The data shown in Figure 1A demonstrated that the biomass accumulation in C. thermophilum was significantly faster than that in T. reesei under both Avicel and sugarcane bagasse. Under 48 h of the after-transferring culture, C. thermophilum showed obvious growth phenotype under both Avicel and sugarcane bagasse compared to T. reesei (Figure 1B), suggesting higher utilization efficiency of cellulose materials in C. thermophilum relative to that in T. reesei. Further analysis of the extracellular protein levels (Figure 1C) in the culture supernatants of C. thermophilum and T. reesei showed that under Avicel, the levels of secreted proteins in C. thermophilum were slightly higher than that in T. reesei in the first 3 days. However, after 3 days, the extracellular protein levels in T. reesei were significantly higher than those in C. thermophilum. Under sugarcane bagasse, the extracellular protein levels in T. reesei were higher than that in C. thermophilum in all the tested time points and similar to the observed phenotype under Avicel, the difference of secreted protein levels between C. thermophilum and T. reesei significantly enlarged after 3 days. These data suggested that the secreted protein levels in the supernatants of C. thermophilum were considerably less than those in T. reesei when response to both Avicel and sugarcane bagasse. However, analysis of the filter paper activities in the culture supernatants (Figure 1D) showed that consistent with the growth phenotype, C. thermophilum exhibited significantly higher filter paper activities compared to T. reesei in all the tested time points and under both celluloses carbon sources. This observed phenomenon indicated that C. thermophilum might contain cellulases with better specific activities or have better enzyme complex system for cellulose degradation.

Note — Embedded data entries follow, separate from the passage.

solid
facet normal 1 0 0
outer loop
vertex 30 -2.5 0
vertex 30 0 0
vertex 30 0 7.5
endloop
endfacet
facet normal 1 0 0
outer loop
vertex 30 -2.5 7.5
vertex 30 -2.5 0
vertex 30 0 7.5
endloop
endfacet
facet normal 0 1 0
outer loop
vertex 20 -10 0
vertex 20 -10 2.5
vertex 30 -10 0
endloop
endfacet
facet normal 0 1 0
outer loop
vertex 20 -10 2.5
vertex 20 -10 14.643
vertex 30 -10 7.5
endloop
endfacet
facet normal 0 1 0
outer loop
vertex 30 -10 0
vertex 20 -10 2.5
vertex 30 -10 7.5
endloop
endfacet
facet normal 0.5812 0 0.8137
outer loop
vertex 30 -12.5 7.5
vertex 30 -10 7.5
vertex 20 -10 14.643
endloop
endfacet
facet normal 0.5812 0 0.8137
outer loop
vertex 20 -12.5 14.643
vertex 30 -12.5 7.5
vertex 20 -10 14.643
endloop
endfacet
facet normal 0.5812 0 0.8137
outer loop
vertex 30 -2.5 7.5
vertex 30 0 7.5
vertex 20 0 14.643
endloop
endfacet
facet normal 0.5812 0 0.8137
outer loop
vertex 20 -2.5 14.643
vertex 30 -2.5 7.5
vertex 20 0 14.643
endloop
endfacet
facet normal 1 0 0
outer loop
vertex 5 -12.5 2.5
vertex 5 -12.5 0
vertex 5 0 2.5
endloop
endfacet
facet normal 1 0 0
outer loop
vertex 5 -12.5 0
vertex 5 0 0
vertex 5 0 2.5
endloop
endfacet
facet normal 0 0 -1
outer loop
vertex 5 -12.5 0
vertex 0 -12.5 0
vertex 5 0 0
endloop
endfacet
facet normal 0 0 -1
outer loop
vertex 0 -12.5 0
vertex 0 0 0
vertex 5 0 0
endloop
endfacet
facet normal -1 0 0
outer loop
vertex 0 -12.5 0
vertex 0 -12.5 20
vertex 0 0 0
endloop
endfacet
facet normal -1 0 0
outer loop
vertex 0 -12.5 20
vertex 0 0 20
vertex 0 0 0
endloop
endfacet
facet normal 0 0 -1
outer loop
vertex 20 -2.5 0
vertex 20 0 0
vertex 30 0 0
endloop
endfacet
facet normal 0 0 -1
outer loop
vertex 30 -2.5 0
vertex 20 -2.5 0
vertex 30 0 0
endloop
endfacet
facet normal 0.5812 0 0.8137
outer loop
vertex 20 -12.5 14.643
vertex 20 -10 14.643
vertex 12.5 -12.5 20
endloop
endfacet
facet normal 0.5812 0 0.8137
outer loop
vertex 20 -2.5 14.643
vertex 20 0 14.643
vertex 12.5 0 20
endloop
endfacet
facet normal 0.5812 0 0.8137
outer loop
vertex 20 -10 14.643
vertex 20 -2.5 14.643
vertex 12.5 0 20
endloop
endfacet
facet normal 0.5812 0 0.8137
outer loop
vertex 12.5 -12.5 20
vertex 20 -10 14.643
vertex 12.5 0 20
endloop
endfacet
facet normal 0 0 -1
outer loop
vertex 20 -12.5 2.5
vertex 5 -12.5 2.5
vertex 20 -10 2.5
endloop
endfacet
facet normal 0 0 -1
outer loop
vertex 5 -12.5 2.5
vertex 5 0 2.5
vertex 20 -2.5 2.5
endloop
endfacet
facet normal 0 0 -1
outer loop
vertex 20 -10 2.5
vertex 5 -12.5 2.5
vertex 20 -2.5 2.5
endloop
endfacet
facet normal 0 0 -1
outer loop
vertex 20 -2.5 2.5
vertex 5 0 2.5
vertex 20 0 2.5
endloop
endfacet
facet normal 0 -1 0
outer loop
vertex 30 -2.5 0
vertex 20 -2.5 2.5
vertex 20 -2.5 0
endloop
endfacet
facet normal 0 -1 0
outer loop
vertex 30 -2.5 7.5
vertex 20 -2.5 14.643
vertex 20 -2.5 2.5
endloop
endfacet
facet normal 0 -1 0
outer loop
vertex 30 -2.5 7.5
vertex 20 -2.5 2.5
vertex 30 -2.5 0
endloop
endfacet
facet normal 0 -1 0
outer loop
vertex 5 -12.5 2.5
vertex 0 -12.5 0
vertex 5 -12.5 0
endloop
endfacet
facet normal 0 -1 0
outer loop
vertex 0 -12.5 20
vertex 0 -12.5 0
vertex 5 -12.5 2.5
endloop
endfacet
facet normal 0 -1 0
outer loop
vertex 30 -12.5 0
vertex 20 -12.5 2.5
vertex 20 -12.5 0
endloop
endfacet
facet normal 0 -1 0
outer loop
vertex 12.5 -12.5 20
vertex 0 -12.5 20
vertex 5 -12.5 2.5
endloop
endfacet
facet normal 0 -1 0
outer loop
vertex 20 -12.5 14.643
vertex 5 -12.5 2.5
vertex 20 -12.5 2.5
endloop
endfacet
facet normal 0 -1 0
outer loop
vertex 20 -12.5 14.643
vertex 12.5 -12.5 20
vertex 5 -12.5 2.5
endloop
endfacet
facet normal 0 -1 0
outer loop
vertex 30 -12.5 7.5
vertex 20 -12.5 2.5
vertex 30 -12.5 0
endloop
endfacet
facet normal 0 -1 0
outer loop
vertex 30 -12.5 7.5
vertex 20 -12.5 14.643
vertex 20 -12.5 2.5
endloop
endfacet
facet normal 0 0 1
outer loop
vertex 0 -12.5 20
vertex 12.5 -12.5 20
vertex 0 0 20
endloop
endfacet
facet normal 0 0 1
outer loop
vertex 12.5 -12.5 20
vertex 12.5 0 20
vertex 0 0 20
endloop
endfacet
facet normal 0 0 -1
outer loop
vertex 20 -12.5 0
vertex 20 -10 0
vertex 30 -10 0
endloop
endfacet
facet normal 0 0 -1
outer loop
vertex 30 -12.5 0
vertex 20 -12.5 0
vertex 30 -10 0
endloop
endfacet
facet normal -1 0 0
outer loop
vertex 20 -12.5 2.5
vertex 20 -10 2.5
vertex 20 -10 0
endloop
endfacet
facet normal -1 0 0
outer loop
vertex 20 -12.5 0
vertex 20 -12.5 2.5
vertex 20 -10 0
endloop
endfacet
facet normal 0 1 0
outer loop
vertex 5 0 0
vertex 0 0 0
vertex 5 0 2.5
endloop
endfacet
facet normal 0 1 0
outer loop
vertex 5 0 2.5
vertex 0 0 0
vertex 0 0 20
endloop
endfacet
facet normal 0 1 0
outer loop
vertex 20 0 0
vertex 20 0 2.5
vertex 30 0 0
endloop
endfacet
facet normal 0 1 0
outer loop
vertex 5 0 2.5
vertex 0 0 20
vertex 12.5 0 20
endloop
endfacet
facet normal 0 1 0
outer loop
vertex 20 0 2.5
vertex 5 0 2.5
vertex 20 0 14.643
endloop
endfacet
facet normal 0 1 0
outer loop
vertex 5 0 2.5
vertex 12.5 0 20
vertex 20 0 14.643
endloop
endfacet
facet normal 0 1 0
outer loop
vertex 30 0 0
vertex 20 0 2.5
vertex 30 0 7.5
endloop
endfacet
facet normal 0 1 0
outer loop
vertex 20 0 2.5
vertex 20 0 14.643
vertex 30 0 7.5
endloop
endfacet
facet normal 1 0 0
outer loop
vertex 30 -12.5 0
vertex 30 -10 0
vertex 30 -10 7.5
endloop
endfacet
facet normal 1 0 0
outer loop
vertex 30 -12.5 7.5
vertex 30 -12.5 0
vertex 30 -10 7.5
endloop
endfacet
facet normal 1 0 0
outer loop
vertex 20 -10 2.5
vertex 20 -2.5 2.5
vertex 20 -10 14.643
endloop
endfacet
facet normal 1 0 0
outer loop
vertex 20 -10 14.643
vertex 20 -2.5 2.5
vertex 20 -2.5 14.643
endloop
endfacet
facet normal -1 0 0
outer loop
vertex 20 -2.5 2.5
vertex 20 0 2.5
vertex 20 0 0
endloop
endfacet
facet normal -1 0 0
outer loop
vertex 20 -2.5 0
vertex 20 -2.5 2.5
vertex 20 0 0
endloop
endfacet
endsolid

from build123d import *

# Parameters (mm, degrees)
F1_DEPTH = 2.5
F2_DEPTH = 10
F4_DEPTH = 2.5


with BuildPart() as f1:
    # F0 (on Front) → F1 (new body)
    with BuildSketch(Plane.XZ):
        Polygon((0, 20), (0, 0), (5, 0), (5, 2.5), (20, 2.5), (20, 14.6428571429), (12.5, 20), align=None)
        Polygon((30, 7.5), (20, 14.6428571429), (20, 2.5), (20, 0), (30, 0), align=None)
    extrude(amount=F1_DEPTH)

    # F0 (on Front) → F2 (join)
    with BuildSketch(Plane.XZ):
        Polygon((0, 20), (0, 0), (5, 0), (5, 2.5), (20, 2.5), (20, 14.6428571429), (12.5, 20), align=None)
    extrude(amount=F2_DEPTH)

    # F3 (on face) → F4 (join)
    with BuildSketch(Plane.XZ.offset(10)):
        Polygon((20, 2.5), (20, 14.6428571429), (12.5, 20), (0, 20), (0, 0), (5, 0), (5, 2.5), align=None)
        Polygon((30, 7.5), (20, 14.6428571429), (20, 2.5), (20, 0), (30, 0), align=None)
    extrude(amount=F4_DEPTH)


solid = f1.part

Figure 1. Phenotypic analysis of C. thermophilum and T. reesei when response to cellulose. (A) The intracellular protein concentration of C. thermophilum and T. reesei mycelia collected from the culture under Avicel or sugarcane bagasse after transferring from the glucose culture. (B) Growth phenotype of C. thermophilum and T. reesei under Avicel or sugarcane bagasse. About 2.2 g wet mycelia of C. thermophilum and T. reesei were collected and transferred into Avicel or sugarcane bagasse media from glucose contained media and cultivated for 48 h. (C) Total secreted protein levels in the supernatants of C. thermophilum and T. reesei in Avicel or sugarcane bagasse media at different time points. (D) Filter paper activities of the supernatants of C. thermophilum and T. reesei in Avicel or sugarcane bagasse media at different time points. Shown in (A,C,D) are the mean values of three biological replicates. Error bars show the standard deviations between these replicates. T. reesei-A, T. reesei-S, C. thermophilum-A, and C. thermophilum-S respectively indicates T. reesei grown on Avicel (A) or sugarcane bassage (S) and C. thermophilum grown on Avicel (A) or sugarcane bassage (S). Shown in (B) is one of the three represents.

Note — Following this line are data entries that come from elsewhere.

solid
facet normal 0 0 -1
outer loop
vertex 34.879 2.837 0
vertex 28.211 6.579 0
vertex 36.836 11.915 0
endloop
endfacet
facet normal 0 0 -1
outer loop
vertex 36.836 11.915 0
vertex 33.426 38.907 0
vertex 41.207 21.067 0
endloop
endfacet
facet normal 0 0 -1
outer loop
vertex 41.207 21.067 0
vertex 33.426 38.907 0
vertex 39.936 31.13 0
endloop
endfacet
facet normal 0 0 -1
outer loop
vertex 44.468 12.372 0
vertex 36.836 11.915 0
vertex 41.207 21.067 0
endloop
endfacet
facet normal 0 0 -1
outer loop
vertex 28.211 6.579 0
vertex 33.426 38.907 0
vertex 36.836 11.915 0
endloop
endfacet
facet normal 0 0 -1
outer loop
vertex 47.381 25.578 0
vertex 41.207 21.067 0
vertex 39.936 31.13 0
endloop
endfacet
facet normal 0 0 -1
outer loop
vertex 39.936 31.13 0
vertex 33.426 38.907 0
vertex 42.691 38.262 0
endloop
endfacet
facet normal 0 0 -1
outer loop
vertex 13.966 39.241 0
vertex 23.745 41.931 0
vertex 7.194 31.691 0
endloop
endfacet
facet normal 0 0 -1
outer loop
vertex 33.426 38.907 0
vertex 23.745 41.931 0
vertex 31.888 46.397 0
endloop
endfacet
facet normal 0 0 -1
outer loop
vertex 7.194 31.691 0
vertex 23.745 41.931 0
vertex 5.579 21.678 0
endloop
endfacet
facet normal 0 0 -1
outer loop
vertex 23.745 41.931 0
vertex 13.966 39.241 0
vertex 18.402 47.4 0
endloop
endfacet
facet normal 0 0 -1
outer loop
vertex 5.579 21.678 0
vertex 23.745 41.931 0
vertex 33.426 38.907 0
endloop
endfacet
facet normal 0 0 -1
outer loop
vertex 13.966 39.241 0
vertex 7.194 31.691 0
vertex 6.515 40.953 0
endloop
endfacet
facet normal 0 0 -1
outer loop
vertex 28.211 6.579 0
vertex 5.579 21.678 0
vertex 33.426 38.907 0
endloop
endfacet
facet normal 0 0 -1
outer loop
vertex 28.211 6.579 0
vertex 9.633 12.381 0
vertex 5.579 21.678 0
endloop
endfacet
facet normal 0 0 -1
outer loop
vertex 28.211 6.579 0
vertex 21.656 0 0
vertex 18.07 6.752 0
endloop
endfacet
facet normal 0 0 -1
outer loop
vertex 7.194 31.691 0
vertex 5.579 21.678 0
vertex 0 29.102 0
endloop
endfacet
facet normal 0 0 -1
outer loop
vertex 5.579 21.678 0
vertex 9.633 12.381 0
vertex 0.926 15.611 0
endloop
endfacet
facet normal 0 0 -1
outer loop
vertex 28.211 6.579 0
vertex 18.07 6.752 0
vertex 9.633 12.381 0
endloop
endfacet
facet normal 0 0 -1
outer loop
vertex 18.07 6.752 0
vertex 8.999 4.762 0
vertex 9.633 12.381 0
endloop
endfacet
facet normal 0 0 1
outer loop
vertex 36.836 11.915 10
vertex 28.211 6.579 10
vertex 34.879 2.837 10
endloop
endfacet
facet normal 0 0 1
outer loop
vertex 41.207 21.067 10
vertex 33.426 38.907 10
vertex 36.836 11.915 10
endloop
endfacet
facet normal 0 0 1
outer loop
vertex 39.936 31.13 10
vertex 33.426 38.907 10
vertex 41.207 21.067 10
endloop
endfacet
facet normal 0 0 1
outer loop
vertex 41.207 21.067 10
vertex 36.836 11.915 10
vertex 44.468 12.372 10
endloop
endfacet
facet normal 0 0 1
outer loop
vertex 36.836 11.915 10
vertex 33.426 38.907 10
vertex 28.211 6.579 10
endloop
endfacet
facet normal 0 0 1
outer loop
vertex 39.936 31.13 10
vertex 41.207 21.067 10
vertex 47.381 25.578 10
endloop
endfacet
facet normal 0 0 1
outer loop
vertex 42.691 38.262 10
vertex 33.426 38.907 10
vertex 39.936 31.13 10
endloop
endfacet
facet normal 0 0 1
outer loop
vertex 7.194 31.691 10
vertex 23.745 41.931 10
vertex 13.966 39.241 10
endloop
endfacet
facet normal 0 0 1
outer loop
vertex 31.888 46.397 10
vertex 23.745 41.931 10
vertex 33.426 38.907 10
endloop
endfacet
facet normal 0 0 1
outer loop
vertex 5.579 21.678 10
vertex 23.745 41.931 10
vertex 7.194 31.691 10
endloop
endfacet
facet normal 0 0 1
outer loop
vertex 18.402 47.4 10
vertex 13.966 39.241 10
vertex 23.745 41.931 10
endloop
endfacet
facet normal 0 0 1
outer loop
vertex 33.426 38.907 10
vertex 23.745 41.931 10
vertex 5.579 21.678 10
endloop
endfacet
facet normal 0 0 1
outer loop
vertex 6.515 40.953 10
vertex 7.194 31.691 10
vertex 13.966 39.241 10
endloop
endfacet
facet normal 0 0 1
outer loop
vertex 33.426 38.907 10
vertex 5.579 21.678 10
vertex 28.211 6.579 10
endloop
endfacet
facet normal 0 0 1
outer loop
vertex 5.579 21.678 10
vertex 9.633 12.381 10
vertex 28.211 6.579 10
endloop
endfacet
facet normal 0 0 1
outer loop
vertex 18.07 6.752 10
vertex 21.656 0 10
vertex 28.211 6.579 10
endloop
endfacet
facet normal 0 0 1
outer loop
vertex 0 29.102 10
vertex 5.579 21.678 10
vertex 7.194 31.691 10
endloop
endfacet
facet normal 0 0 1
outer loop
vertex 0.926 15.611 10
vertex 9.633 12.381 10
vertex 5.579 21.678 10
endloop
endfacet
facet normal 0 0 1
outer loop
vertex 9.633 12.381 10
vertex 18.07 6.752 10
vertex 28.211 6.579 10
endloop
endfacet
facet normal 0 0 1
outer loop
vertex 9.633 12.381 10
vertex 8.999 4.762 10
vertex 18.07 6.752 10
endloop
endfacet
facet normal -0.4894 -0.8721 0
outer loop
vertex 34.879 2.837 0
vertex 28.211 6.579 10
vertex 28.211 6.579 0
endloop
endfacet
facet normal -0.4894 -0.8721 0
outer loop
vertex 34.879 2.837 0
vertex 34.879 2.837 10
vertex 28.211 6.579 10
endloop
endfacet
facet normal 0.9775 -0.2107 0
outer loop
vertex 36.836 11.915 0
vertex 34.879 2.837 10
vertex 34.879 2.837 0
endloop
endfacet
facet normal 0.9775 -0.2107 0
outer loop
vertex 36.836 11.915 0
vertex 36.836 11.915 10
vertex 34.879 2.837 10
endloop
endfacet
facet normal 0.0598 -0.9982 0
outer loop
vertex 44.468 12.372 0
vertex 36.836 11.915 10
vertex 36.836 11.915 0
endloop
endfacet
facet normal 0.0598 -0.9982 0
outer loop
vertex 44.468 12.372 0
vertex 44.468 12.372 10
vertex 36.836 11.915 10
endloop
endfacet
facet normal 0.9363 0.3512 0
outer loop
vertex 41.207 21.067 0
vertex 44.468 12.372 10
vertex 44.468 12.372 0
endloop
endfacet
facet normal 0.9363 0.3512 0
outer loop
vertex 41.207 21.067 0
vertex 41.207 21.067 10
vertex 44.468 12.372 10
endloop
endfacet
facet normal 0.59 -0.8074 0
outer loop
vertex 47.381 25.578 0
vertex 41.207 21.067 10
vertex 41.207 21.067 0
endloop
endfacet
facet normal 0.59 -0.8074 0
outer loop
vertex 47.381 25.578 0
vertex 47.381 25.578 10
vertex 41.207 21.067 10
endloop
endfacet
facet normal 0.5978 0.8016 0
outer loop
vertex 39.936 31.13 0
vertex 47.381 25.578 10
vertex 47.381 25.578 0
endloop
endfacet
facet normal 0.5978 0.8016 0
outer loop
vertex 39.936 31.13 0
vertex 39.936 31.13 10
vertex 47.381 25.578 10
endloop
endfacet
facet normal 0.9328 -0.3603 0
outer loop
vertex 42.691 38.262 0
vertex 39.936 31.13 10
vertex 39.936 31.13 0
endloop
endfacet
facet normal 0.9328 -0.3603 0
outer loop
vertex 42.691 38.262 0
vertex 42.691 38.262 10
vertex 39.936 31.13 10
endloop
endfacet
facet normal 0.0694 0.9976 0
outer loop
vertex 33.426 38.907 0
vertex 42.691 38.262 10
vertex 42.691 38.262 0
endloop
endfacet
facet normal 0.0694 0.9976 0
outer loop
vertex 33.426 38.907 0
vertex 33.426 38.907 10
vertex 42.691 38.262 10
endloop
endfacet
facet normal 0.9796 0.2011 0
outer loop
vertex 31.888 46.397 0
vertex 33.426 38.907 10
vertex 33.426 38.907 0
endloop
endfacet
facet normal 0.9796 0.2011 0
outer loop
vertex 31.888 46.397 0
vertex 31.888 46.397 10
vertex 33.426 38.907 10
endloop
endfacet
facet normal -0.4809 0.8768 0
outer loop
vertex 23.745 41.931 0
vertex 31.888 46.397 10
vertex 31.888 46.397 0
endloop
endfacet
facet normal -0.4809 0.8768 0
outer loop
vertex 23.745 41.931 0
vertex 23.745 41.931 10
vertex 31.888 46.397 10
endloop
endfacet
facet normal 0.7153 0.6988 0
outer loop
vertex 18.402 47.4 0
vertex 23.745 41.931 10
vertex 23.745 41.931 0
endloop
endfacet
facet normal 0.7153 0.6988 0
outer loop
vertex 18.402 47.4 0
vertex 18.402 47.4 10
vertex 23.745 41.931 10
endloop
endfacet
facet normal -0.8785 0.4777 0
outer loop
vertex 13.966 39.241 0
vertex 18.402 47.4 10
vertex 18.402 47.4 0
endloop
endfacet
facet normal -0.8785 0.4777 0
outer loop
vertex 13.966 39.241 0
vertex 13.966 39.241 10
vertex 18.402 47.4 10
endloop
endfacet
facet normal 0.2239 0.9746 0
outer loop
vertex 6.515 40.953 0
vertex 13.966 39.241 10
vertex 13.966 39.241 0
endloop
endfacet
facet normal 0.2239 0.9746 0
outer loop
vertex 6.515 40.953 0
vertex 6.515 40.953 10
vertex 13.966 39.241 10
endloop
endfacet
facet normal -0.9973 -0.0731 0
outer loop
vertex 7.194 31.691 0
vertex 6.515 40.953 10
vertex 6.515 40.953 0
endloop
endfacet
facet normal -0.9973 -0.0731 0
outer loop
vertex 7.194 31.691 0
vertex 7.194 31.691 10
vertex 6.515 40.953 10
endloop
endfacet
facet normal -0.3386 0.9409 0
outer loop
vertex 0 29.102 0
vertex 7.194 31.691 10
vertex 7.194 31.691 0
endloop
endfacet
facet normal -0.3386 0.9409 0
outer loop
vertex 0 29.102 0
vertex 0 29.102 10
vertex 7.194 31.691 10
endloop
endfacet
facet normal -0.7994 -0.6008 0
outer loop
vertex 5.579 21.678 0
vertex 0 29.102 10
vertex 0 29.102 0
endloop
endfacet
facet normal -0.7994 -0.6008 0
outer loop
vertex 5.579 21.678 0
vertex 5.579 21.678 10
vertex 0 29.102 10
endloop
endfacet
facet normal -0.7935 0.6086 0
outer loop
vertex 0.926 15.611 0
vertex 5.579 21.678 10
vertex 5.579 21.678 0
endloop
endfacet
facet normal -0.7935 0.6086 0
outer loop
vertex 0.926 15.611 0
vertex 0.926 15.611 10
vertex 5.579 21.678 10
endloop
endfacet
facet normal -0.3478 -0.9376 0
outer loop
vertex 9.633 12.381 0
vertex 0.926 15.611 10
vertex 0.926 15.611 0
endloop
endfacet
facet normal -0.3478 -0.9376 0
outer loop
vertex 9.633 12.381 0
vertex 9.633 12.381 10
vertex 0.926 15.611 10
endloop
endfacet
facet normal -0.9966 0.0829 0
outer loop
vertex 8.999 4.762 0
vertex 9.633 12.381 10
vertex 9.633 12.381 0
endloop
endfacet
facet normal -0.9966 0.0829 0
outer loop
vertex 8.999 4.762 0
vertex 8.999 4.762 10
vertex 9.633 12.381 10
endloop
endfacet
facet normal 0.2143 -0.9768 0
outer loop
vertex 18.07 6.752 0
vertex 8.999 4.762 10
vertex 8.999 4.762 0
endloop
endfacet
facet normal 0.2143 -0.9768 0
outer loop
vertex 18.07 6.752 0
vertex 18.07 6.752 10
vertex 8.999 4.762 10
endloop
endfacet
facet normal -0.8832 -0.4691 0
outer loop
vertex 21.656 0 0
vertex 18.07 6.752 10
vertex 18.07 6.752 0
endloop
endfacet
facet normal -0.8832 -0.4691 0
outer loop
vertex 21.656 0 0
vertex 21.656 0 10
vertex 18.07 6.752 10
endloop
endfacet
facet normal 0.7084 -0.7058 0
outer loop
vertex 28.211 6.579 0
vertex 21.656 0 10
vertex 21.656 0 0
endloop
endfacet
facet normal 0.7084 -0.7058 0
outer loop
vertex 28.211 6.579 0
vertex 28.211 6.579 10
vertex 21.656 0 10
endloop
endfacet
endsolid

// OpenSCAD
$fn = 32;

// ----------------------------------------------------------------------
// Chain sprocket: 11 teeth, 18 mm root radius
// ----------------------------------------------------------------------

// --- parameters (mm) ---
profile_height = 10;      // extrusion height
profile_points = 22;      // points of the closed outline

profile = [[41.207, 21.067], [47.381, 25.578], [39.936, 31.13], [42.691, 38.262], [33.426, 38.907], [31.888, 46.397], [23.745, 41.931], [18.402, 47.4], [13.966, 39.241], [6.515, 40.953], [7.194, 31.691], [0, 29.102], [5.579, 21.678], [0.926, 15.611], [9.633, 12.381], [8.999, 4.762], [18.07, 6.752], [21.656, 0], [28.211, 6.579], [34.879, 2.837], [36.836, 11.915], [44.468, 12.372]];  // single closed polygon, 22 points, counter clockwise

// --- the one profile operation ---
linear_extrude(height = profile_height) polygon(points = profile);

Chaetomium thermophilum Contained More Extracellular Protein Categories Compared to T. reesei
To further investigate the mechanism behind the higher cellulose degradation efficiency in C. thermophilum, the supernatants of C. thermophilum and T. reesei cultures under Avicel were analyzed by SDS-PAGE. The data shown in Figure 2A indicated that the bands pattern of the secreted proteins in C. thermophilum was quite different from that in T. reesei. Although the total extracellular protein levels in T. reesei were more than that in C. thermophilum, it was worth noting that compared to T. reesei, there were more protein bands in the supernatants of C. thermophilum cellulose culture, indicating C. thermophilum might secrete more protein categories.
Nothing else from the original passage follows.